Купив четыре батона и два круглых «Столичных» – не забываем о соседях – не отказал себе в удовольствии впиться зубами в теплую золотистую корочку и так, похрустывая, вышел из душистого помещения вовне. Сел на ступени рядом с бомжом, сквозь бурый налет на коже разглядел потрепанное лицо бывшего одноклассника и, не сдержавшись, выпалил:
– Ну, Юра, от тебя я такого никак не ожидал! Ты же был круглым отличником, поступал на физмат.
– Поступил, окончил с красным дипломом, работал в секретном НИИ. А теперь, как логическое следствие – нищ и убог аз есмь.
– Это неправильно, Юра, так не должно быть!
– Это правильно, и именно так и должно быть, – просипел он чужим голосом. – «Горе от ума» Грибоедова, помнишь, проходили? Там Чацкий напоследок говорит: «Бегу, не оглянусь, пойду искать по свету, Где оскорбленному есть чувству уголок!..»
– А насчет талантов, закопанных в землю, не напомнишь? Ладно, давай встретимся, скажем, завтра, и поговорим. Вместе подумаем, как тебе помочь.
– Да не нуждаюсь я в помощи, Андрюх! Что ты мне можешь дать: денег? – не возьму, бизнес? – не буду я с вами работать…
– Ну мы это решим, как не задеть твоего свободолюбия и чести. А сейчас, прости, спешу. Так где тебя найти?
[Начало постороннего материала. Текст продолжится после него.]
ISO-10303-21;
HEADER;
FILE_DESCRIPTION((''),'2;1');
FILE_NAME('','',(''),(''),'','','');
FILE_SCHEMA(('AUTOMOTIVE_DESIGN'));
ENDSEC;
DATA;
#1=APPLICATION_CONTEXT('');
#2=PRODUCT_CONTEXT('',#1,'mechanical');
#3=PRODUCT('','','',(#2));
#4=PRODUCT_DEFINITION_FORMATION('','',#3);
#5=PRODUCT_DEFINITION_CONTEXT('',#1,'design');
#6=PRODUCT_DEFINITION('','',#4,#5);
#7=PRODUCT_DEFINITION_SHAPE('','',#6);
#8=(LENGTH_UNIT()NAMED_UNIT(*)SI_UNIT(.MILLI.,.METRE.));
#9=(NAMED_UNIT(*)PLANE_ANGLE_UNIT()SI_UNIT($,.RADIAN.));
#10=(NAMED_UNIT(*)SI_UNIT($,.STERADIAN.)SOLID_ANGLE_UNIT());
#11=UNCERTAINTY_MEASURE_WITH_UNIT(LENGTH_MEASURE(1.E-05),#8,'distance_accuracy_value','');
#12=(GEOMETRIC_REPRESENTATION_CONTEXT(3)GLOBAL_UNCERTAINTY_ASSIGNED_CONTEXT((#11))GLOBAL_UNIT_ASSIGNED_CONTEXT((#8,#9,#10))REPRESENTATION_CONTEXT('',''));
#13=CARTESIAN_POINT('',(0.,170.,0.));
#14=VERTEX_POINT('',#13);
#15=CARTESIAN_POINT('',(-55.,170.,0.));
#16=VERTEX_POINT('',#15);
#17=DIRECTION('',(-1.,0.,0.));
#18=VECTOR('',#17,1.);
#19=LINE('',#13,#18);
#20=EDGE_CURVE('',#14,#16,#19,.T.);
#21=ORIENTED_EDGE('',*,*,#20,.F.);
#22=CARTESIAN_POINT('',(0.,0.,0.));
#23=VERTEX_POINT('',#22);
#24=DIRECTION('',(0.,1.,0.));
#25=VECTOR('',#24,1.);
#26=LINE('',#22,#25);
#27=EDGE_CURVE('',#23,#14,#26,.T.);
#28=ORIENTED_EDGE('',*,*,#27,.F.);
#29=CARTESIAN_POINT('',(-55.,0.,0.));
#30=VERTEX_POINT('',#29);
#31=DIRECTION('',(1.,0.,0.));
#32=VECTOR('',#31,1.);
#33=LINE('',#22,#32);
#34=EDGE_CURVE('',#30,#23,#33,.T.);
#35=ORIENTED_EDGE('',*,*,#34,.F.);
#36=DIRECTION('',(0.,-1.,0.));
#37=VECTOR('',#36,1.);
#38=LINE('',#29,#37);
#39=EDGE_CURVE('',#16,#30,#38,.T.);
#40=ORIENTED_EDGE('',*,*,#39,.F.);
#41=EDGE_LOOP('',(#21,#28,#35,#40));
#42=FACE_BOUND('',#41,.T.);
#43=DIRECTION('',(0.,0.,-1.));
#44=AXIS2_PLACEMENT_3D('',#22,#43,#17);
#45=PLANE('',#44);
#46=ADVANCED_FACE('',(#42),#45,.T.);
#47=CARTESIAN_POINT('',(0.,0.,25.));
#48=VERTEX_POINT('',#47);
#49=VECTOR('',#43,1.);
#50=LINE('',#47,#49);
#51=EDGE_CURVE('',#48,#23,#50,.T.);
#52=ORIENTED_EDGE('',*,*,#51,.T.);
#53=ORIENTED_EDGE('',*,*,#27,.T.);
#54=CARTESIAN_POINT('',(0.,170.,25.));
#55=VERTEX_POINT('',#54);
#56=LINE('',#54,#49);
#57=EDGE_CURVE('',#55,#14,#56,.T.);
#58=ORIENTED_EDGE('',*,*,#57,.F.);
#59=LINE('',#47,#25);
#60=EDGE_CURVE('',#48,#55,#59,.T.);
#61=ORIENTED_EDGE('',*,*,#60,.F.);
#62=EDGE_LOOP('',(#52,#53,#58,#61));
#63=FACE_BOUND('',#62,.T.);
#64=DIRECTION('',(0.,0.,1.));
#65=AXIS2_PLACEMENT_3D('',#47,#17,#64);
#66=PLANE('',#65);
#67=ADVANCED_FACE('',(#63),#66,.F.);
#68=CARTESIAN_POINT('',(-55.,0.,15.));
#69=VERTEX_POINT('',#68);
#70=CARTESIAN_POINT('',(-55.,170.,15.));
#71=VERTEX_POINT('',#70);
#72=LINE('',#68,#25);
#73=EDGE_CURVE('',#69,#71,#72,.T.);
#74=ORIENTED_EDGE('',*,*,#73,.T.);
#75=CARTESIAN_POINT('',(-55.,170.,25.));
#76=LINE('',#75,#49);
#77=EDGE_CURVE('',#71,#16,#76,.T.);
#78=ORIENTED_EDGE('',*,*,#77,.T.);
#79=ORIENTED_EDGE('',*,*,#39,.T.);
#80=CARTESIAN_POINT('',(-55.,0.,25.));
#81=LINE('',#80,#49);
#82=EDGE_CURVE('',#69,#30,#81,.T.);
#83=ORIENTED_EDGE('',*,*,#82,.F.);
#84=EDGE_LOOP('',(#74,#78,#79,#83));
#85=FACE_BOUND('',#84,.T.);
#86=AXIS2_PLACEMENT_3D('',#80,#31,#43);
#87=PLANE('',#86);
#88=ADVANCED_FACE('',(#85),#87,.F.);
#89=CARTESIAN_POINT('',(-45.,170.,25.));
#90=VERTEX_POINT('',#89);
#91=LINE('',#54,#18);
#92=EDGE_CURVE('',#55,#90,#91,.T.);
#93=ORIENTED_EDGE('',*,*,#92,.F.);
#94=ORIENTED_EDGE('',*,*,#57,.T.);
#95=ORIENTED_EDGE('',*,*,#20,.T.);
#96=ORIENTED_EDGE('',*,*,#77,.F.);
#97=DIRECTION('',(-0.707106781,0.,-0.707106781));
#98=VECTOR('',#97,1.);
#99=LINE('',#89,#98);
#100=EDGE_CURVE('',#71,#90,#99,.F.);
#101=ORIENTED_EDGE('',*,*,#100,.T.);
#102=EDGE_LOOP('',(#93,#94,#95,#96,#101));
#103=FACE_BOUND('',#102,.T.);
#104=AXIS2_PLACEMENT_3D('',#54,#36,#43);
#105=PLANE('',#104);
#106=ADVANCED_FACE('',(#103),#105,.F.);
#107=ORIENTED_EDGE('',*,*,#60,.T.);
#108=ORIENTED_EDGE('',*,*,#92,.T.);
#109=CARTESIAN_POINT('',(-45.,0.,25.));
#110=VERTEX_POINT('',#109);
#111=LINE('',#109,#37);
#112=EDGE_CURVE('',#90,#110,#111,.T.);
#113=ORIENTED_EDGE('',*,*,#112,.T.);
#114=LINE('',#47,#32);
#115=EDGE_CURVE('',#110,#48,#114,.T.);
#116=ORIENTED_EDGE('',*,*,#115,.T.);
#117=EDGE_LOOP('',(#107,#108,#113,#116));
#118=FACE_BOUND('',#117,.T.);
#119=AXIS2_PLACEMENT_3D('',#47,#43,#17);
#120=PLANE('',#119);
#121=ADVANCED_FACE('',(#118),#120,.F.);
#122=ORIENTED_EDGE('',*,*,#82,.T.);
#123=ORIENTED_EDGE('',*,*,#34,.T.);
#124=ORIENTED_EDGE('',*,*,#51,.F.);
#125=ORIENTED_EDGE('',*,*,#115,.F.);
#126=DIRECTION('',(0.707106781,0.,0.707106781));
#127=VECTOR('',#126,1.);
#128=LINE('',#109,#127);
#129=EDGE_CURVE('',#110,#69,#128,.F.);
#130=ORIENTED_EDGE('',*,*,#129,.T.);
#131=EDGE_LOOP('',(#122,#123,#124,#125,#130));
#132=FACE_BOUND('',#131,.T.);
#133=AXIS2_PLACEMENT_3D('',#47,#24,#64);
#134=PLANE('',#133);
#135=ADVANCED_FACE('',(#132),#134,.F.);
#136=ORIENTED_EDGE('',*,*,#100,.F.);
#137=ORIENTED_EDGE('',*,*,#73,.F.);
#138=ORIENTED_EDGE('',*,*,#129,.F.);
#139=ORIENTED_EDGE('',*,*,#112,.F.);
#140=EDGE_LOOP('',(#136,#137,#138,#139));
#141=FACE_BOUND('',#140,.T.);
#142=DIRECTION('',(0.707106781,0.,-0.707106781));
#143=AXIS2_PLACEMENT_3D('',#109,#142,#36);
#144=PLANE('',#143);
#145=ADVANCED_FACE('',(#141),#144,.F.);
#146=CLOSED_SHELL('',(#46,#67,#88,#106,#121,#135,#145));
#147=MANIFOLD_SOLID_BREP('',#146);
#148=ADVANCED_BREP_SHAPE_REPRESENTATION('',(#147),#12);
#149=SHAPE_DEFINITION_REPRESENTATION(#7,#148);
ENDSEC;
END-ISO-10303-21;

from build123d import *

# Parameters (mm, degrees)
SKETCH1_W           = 170
SKETCH1_H           = 55
BOSS_EXTRUDE1_DEPTH = 25
CHAMFER1_SIZE       = 10


with BuildPart() as part:
    # Sketch1 → Boss-Extrude1 (new body)
    with BuildSketch(Plane(origin=(0, 0, 0), x_dir=(0, 1, 0), z_dir=(0, 0, 1))):
        with Locations((85, 27.5)):
            Rectangle(SKETCH1_W, SKETCH1_H)
    extrude(amount=BOSS_EXTRUDE1_DEPTH)

    # Chamfer1
    chamfer1_edges = [part.edges().sort_by_distance(p)[0] for p in [
        (-55, 85, 25),
    ]]
    chamfer(chamfer1_edges, length=CHAMFER1_SIZE)


solid = part.part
– На автостоянке за магазином. Я там почти все время работаю: у меня отсутствие сна и жадности – эти два болезненные качества по нраву хозяину. – Печально улыбнулся, потом поднял на меня пронзительный взгляд умных насмешливых глаз и сказал: – Да, Андрей, может быть, это так, ерунда, только у меня ставит роскошный «Крайслер» такой гламурный пижон с волчьими глазами… Как глянет – у меня по спине дрожь. Так он увидел тебя как-то издалека и спросил, кто ты таков. Я ничего не сказал про тебя, но имей в виду, такой, если кем заинтересуется, все равно узнает.
– На «Крайслере», говоришь, черном, тупорылом… Такой сухопарый, стильно одетый и страшно вежливый господин?
– Похоже на то.
– Я с ним уже разговаривал. Весьма интересный собеседник. Только дрожи по спине я у себя что-то не замечал.
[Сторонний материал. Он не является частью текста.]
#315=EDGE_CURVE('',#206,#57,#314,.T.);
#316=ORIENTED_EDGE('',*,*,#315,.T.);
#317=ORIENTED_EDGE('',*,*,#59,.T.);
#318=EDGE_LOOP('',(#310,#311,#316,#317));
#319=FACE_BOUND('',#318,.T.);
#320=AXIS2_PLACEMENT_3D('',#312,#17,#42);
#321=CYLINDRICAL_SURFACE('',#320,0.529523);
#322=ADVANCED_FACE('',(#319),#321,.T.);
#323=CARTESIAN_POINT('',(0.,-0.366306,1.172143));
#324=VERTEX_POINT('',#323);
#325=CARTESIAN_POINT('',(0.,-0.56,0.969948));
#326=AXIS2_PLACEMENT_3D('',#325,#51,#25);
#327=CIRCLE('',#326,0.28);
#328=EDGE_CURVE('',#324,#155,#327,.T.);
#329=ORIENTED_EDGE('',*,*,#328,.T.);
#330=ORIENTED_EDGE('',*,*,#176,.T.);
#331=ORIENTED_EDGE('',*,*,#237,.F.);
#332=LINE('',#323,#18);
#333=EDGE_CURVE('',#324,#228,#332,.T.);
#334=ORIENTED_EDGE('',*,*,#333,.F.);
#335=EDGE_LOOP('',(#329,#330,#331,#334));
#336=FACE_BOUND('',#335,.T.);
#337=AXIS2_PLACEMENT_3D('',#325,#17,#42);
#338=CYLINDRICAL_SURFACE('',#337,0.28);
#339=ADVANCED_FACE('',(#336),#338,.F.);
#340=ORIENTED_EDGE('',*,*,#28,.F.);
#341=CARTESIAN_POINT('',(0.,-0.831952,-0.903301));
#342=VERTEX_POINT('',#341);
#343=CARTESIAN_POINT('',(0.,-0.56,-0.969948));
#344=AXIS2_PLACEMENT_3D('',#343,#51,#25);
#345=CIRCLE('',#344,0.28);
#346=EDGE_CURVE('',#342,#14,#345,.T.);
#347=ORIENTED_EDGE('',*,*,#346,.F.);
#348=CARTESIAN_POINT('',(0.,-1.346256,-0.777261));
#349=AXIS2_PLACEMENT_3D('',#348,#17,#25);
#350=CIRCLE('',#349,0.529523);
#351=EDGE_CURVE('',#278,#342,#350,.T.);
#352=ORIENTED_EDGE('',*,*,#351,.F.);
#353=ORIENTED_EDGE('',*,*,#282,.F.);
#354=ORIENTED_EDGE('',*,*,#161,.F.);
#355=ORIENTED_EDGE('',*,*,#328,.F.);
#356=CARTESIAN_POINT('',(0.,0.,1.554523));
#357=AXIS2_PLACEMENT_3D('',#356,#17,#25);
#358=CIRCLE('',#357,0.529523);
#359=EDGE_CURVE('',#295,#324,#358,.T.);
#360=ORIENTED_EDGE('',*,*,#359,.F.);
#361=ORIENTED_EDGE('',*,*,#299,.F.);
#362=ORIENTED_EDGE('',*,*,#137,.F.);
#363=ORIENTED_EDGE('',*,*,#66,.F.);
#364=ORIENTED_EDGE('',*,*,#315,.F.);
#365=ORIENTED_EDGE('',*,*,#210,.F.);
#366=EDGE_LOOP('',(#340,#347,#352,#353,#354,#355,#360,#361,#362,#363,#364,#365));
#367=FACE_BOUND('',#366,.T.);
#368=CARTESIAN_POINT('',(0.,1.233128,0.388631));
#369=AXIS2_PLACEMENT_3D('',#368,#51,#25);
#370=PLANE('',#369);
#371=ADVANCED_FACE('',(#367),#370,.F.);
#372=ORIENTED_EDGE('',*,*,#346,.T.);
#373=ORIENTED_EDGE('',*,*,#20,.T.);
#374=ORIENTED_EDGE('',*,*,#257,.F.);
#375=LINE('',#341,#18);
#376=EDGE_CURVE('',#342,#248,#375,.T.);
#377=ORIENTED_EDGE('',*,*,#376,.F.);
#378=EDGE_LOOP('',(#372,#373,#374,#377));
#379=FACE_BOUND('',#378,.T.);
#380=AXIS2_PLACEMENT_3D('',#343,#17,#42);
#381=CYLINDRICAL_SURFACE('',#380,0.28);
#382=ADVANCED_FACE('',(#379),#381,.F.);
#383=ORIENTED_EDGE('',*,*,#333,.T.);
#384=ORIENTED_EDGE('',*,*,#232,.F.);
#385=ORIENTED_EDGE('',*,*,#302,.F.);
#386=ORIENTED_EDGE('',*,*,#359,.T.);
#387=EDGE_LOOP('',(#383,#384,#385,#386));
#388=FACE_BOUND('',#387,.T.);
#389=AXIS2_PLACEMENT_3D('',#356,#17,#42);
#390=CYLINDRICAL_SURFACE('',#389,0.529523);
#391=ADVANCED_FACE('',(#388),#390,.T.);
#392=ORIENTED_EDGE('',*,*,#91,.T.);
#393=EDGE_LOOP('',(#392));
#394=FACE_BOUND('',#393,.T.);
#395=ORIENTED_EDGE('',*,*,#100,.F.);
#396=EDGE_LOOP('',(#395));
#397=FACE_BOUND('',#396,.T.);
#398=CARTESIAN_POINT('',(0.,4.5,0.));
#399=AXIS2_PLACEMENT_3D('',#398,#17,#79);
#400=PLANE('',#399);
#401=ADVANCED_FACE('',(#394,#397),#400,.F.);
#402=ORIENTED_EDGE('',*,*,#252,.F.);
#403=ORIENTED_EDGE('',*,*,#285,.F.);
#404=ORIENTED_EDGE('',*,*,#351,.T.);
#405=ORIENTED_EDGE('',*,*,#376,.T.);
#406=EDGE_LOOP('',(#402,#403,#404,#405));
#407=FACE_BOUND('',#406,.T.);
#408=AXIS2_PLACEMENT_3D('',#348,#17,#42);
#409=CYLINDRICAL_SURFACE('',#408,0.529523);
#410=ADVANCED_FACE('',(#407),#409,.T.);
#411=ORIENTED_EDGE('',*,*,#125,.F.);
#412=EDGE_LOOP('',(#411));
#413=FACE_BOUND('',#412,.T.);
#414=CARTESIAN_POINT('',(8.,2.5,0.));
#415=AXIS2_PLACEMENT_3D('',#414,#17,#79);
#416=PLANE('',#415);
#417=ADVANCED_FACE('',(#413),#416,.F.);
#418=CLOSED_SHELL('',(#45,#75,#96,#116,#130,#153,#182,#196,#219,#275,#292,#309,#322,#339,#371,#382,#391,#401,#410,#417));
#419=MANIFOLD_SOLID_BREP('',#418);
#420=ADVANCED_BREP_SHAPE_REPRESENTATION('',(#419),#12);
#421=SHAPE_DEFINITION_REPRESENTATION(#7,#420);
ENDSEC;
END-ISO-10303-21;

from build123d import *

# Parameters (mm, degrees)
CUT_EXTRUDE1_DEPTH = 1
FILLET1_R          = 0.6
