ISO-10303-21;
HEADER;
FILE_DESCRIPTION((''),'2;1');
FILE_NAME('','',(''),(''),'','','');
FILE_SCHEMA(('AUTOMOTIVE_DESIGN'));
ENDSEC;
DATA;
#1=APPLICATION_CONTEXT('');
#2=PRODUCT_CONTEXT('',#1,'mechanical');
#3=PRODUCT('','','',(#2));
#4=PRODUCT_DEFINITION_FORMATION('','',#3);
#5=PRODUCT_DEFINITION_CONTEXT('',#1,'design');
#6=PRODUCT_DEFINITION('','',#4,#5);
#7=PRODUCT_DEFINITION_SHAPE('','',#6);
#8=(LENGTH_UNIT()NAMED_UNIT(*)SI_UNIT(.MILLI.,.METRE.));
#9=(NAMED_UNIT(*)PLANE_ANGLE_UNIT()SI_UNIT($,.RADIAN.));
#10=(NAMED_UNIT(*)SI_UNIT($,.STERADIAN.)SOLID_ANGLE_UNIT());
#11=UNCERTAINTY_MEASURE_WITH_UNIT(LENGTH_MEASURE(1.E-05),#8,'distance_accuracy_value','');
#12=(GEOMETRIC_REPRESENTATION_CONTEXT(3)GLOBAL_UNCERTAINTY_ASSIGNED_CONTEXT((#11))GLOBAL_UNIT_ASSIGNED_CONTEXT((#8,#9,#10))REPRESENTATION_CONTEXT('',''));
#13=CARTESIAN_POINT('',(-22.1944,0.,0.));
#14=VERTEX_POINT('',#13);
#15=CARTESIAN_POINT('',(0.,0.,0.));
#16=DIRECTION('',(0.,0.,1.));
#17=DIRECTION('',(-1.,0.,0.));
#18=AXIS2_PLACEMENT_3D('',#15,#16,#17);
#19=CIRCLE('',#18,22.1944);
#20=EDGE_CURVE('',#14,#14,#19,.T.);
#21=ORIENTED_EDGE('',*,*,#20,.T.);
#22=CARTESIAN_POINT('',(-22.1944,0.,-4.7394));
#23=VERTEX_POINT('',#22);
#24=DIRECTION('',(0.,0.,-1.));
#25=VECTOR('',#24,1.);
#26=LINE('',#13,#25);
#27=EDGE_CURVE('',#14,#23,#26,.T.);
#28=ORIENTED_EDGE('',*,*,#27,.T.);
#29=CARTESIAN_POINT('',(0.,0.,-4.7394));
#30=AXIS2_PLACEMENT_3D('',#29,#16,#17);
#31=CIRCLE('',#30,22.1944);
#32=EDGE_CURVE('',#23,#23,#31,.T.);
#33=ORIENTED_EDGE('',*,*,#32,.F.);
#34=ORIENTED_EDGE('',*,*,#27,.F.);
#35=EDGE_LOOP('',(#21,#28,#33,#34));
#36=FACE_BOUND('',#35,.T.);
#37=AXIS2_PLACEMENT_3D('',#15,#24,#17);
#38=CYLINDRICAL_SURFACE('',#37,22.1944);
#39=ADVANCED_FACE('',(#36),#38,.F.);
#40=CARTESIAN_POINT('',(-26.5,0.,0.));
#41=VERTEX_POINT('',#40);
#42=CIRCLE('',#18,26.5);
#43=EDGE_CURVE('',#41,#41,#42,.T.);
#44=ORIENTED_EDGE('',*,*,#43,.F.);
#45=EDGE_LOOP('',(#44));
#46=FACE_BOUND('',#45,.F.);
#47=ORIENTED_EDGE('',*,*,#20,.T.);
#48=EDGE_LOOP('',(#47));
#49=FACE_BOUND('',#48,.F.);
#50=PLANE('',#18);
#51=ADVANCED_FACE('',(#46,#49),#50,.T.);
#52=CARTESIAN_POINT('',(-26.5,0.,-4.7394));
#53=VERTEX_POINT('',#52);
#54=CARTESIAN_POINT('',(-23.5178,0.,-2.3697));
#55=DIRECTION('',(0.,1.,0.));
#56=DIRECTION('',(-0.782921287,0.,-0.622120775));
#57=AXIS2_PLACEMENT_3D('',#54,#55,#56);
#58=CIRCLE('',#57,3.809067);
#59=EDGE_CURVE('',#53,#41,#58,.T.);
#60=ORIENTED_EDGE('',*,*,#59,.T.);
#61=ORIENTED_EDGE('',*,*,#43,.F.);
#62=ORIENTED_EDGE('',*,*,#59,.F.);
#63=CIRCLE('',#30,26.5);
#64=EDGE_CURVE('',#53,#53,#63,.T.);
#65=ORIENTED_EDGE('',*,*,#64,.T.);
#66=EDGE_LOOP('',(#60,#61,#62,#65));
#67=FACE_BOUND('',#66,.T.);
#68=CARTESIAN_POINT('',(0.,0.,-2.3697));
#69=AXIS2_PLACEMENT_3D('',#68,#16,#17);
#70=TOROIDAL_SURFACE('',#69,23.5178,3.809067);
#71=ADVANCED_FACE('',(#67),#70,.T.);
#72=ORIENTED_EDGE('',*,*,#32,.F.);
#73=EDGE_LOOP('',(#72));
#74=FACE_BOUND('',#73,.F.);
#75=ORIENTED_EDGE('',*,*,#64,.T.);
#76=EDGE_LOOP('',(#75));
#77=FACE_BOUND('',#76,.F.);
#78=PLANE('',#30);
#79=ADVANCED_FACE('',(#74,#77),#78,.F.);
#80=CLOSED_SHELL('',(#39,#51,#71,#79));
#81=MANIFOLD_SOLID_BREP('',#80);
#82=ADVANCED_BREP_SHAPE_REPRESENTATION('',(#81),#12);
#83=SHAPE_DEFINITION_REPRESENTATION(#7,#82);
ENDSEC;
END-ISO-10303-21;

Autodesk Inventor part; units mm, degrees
ref_plane "YZ Plane" through (0, 0, 0) normal (1, 0, 0) x (0, 1, 0)
ref_plane "XZ Plane" through (0, 0, 0) normal (0, 1, 0) x (-1, 0, 0)
ref_plane "XY Plane" through (0, 0, 0) normal (0, 0, 1) x (1, 0, 0)
sketch "Sketch1" plane through (0, 0, 0) normal (0, 1, 0) x (-1, 0, 0)
  line L0 (22.1944, 0) -> (26.5, 0)
  line L1 (26.5, 0) -> (26.5, -4.7394)
  line L2 (26.5, -4.7394) -> (22.1944, -4.7394)
  line L3 (0, -4.7394) -> (0, 0)
  line L4 (22.1944, 0) -> (22.1944, -4.7394)
  arc A0 (26.5, -4.7394) -> (26.5, 0) centre (23.5178, -2.3697) ccw
  dimension "d0" = 26.5
revolve "Revolution1" add sketch "Sketch1" angle 360 about axis through (0, 0, -4.7394) along (0, 0, 1)
properties part number "OIL RING"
– Еще не вечер, – саркастически протянул бомж с красным дипломом. – Заметишь.
У подъезда в любимом внедорожнике УАЗ с распахнутым салоном нервно ерзал Никита:
– Ну где тебя носит! Я уже заждался. Мы опаздываем.
Дал ему откусить горячего хлеба, сбегал домой, положил покупки на кухонный стол и, в чем был, сбежал по лестнице вниз. Остановился, оглядел залитый солнцем двор, потянулся, присел пять раз и только после третьего угрожающего рычания двигателя сел на сиденье автомобиля.
– Что за спешка, гражданин начальник?
– У нас труп. Наши менты… прости, полицейские, на месте преступления побывали и оставили все как есть. А нам нужно успеть до приезда прокуратуры.
– А нам с тобой что за дело до покойного?
– Нам – ничего, а вот у него к нам интерес имелся, и весьма серьезный. Мне сказали, что у него обнаружены наши с тобой фотографии.
– Так этот убиенный – киллер, что ли? – догадался я.
– Бери выше – чистильщик экстра-класса. Этот… не вполне живой господин – подарок мне от шефа за мои заслуги перед обществом. Он выполнял самые ответственные заказы. За двадцать лет – ни одной осечки! Как швейцарский хронометр. Только наш начальник службы безопасности Егорыч что-то учуял своим звериным инстинктом и на всякий случай установил в его квартире жучки. Да еще с помощью своих федеральных друзей его мобильный поставил на круглосуточную прослушку. Что значит профессионал – у него всё на чутье, на подсознании. Выявил-таки Егорыч предателя. Оказывается, чистильщик вел переговоры с нашими конкурентами, подняв расценки до потолка. Видимо, парень хотел набить карман до предела и сва… и уйти на пенсию.
– Я даже знаю куда он хотел уехать, – сам не ожидая того, произнес я. – В Южную Америку, в город мечты незабвенного Остапа Бендера.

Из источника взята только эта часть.